BEGIN

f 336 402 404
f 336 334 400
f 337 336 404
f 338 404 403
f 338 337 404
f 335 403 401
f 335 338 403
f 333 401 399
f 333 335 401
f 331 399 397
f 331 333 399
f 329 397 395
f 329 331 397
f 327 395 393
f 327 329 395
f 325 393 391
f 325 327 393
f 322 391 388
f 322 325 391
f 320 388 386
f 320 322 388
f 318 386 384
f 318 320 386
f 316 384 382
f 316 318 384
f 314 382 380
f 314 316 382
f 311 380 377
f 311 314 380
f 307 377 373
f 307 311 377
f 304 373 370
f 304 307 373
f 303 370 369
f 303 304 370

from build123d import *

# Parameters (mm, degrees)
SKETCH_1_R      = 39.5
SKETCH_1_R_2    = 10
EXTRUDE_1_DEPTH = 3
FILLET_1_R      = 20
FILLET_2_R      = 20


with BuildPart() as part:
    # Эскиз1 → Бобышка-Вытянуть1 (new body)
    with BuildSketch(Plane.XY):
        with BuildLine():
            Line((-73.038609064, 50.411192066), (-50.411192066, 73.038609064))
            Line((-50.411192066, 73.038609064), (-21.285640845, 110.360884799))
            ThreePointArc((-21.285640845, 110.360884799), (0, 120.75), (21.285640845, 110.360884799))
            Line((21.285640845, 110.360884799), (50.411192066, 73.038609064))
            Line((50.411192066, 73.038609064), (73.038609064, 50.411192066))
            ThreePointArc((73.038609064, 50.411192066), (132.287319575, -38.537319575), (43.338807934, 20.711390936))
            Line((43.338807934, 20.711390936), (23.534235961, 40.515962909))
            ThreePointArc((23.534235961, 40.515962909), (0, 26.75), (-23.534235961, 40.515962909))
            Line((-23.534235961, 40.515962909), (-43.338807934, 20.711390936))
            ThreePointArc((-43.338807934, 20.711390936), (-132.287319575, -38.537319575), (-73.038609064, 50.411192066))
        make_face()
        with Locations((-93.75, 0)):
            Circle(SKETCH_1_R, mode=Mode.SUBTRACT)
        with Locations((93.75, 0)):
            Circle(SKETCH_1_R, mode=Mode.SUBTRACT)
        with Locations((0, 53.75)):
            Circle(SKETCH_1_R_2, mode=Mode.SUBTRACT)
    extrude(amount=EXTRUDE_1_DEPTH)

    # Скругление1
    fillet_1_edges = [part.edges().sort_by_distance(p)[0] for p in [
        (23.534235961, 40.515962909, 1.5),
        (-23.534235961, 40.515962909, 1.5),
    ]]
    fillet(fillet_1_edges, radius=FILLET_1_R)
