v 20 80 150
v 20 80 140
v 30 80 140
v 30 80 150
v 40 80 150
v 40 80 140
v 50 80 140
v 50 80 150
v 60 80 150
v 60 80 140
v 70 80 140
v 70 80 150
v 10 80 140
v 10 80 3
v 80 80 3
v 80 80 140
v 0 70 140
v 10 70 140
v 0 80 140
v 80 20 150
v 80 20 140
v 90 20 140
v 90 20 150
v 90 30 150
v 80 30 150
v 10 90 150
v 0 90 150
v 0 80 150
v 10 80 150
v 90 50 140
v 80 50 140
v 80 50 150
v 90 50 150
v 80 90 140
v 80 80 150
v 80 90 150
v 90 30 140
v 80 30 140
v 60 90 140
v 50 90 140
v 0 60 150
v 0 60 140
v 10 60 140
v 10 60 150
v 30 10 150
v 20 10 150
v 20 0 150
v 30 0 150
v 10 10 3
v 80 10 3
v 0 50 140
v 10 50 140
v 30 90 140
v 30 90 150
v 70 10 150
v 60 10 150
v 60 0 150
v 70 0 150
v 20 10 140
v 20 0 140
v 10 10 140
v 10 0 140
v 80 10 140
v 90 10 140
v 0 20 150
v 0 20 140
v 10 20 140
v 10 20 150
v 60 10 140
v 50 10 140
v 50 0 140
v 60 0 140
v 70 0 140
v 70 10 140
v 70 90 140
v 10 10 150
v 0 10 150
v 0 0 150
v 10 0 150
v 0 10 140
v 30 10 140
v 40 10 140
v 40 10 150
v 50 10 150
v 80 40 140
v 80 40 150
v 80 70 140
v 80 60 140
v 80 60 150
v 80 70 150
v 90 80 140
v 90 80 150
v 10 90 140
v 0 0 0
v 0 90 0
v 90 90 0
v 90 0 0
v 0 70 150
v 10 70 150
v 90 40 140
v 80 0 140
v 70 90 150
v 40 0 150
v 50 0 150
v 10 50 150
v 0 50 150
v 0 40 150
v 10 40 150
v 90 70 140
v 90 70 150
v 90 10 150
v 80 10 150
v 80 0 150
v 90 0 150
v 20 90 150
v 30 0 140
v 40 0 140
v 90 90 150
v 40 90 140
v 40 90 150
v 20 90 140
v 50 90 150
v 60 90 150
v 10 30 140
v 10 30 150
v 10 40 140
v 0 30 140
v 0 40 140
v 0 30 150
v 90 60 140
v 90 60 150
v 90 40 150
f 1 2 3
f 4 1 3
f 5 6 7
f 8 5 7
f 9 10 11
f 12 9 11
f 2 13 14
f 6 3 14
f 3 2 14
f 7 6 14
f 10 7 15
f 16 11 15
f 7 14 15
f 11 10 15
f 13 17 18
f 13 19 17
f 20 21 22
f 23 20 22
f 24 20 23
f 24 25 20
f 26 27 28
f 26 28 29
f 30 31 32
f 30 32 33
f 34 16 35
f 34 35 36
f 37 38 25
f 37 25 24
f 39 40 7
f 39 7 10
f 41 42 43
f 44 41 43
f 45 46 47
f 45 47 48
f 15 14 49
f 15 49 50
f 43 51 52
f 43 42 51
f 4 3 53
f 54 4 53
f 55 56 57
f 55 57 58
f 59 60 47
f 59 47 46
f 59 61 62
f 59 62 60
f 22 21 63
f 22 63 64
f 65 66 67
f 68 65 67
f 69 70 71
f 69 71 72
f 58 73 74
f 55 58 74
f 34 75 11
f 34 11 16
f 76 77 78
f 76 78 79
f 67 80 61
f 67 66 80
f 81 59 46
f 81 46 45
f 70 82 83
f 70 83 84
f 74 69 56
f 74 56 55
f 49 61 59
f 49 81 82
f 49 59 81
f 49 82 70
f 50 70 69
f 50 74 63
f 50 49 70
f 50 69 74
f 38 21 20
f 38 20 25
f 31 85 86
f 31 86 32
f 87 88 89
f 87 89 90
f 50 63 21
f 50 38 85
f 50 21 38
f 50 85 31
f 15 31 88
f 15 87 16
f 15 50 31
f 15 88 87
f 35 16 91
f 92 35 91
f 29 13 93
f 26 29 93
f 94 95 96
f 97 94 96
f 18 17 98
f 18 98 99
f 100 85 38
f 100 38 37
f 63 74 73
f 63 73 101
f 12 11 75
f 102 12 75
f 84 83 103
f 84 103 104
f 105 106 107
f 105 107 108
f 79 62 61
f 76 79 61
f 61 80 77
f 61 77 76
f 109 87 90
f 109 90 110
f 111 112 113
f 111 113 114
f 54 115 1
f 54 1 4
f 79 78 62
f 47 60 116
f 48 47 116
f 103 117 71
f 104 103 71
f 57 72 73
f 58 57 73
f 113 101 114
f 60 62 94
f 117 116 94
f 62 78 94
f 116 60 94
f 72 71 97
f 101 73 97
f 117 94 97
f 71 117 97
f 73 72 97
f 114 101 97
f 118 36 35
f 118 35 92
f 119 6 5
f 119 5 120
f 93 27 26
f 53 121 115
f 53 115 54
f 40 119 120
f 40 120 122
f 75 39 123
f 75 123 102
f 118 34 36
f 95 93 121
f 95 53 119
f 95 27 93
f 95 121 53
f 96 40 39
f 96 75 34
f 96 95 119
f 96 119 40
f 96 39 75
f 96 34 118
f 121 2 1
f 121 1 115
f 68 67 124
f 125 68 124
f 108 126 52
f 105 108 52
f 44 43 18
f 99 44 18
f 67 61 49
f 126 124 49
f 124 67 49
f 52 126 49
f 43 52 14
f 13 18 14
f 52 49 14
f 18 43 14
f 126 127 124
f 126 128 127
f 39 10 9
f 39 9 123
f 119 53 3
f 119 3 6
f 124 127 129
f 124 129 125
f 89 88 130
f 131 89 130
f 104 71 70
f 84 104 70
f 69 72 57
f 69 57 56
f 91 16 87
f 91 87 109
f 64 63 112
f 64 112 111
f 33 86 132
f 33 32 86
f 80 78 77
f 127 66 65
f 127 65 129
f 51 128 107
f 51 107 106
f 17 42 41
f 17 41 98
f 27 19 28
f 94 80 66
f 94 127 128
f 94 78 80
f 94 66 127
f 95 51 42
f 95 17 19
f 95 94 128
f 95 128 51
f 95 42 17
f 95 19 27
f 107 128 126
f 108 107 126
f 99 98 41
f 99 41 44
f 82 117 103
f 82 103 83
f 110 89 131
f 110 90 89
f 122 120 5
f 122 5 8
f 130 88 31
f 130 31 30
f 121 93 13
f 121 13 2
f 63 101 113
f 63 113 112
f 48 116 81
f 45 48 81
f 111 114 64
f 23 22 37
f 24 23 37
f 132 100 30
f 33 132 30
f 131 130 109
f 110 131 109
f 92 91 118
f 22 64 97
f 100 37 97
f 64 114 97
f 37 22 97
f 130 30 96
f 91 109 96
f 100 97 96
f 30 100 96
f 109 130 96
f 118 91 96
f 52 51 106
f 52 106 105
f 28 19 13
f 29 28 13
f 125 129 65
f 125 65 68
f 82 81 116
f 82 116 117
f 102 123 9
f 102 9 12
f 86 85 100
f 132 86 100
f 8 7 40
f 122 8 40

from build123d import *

# Parameters (mm, degrees)
BOX003_W      = 70
BOX003_H      = 70
BOX003_DEPTH  = 150
BOX001_W      = 10
BOX001_H      = 10
BOX001_DEPTH  = 14
ARRAY_X_COUNT = 5
ARRAY_X_PITCH = 20
ARRAY_Y_COUNT = 5
ARRAY_Y_PITCH = 20
BOX002_W      = 110
BOX002_H      = 110
BOX002_DEPTH  = 10
BOX_W         = 90
BOX_H         = 90
BOX_DEPTH     = 150


with BuildPart() as cube003:
    # Box003 → Box003 (new body)
    with BuildSketch(Plane(origin=(10, 10, 3), x_dir=(1, 0, 0), z_dir=(0, 0, 1))):
        with Locations((35, 35)):
            Rectangle(BOX003_W, BOX003_H)
    extrude(amount=BOX003_DEPTH)


with BuildPart() as array:
    # Box001 → Box001 (new body)
    with BuildSketch(Plane.XY):
        with Locations((5, 5)):
            Rectangle(BOX001_W, BOX001_H)
    extrude(amount=BOX001_DEPTH)

    # Array X: Array ×5


with BuildPart() as array_1:
    add(array.part)
    with Locations(*[(i * ARRAY_X_PITCH, 0, 0) for i in range(1, ARRAY_X_COUNT)]):
        add(array.part)

    # Array Y: Array ×5


with BuildPart() as array_2:
    add(array_1.part)
    with Locations(*[(0, i * ARRAY_Y_PITCH, 0) for i in range(1, ARRAY_Y_COUNT)]):
        add(array_1.part)


with BuildPart() as cut:
    # Box002 → Box002 (new body)
    with BuildSketch(Plane(origin=(-10, -9, 0), x_dir=(1, 0, 0), z_dir=(0, 0, 1))):
        with Locations((55, 55)):
            Rectangle(BOX002_W, BOX002_H)
    extrude(amount=BOX002_DEPTH)

    # Cut: cut Array
    add(array_2.part, mode=Mode.SUBTRACT)


with BuildPart() as cut_1:
    # Cut placement: moved
    add(cut.part.moved(Location((0, 0, 140))))


with BuildPart() as cut002:
    # Box → Box (new body)
    with BuildSketch(Plane.XY):
        with Locations((45, 45)):
            Rectangle(BOX_W, BOX_H)
    extrude(amount=BOX_DEPTH)

    # Cut001: cut Cut
    add(cut_1.part, mode=Mode.SUBTRACT)

    # Cut002: cut Cube003
    add(cube003.part, mode=Mode.SUBTRACT)


solid = cut002.part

END

Task description:
Once the line with "f 311 314 380" is found in the records above, print exactly that line and every line after it through the line with "26.75), (-23.534235961, 40.515962909))".

Solution for this exercise:
f 311 314 380
f 307 377 373
f 307 311 377
f 304 373 370
f 304 307 373
f 303 370 369
f 303 304 370

from build123d import *

# Parameters (mm, degrees)
SKETCH_1_R      = 39.5
SKETCH_1_R_2    = 10
EXTRUDE_1_DEPTH = 3
FILLET_1_R      = 20
FILLET_2_R      = 20


with BuildPart() as part:
    # Эскиз1 → Бобышка-Вытянуть1 (new body)
    with BuildSketch(Plane.XY):
        with BuildLine():
            Line((-73.038609064, 50.411192066), (-50.411192066, 73.038609064))
            Line((-50.411192066, 73.038609064), (-21.285640845, 110.360884799))
            ThreePointArc((-21.285640845, 110.360884799), (0, 120.75), (21.285640845, 110.360884799))
            Line((21.285640845, 110.360884799), (50.411192066, 73.038609064))
            Line((50.411192066, 73.038609064), (73.038609064, 50.411192066))
            ThreePointArc((73.038609064, 50.411192066), (132.287319575, -38.537319575), (43.338807934, 20.711390936))
            Line((43.338807934, 20.711390936), (23.534235961, 40.515962909))
            ThreePointArc((23.534235961, 40.515962909), (0, 26.75), (-23.534235961, 40.515962909))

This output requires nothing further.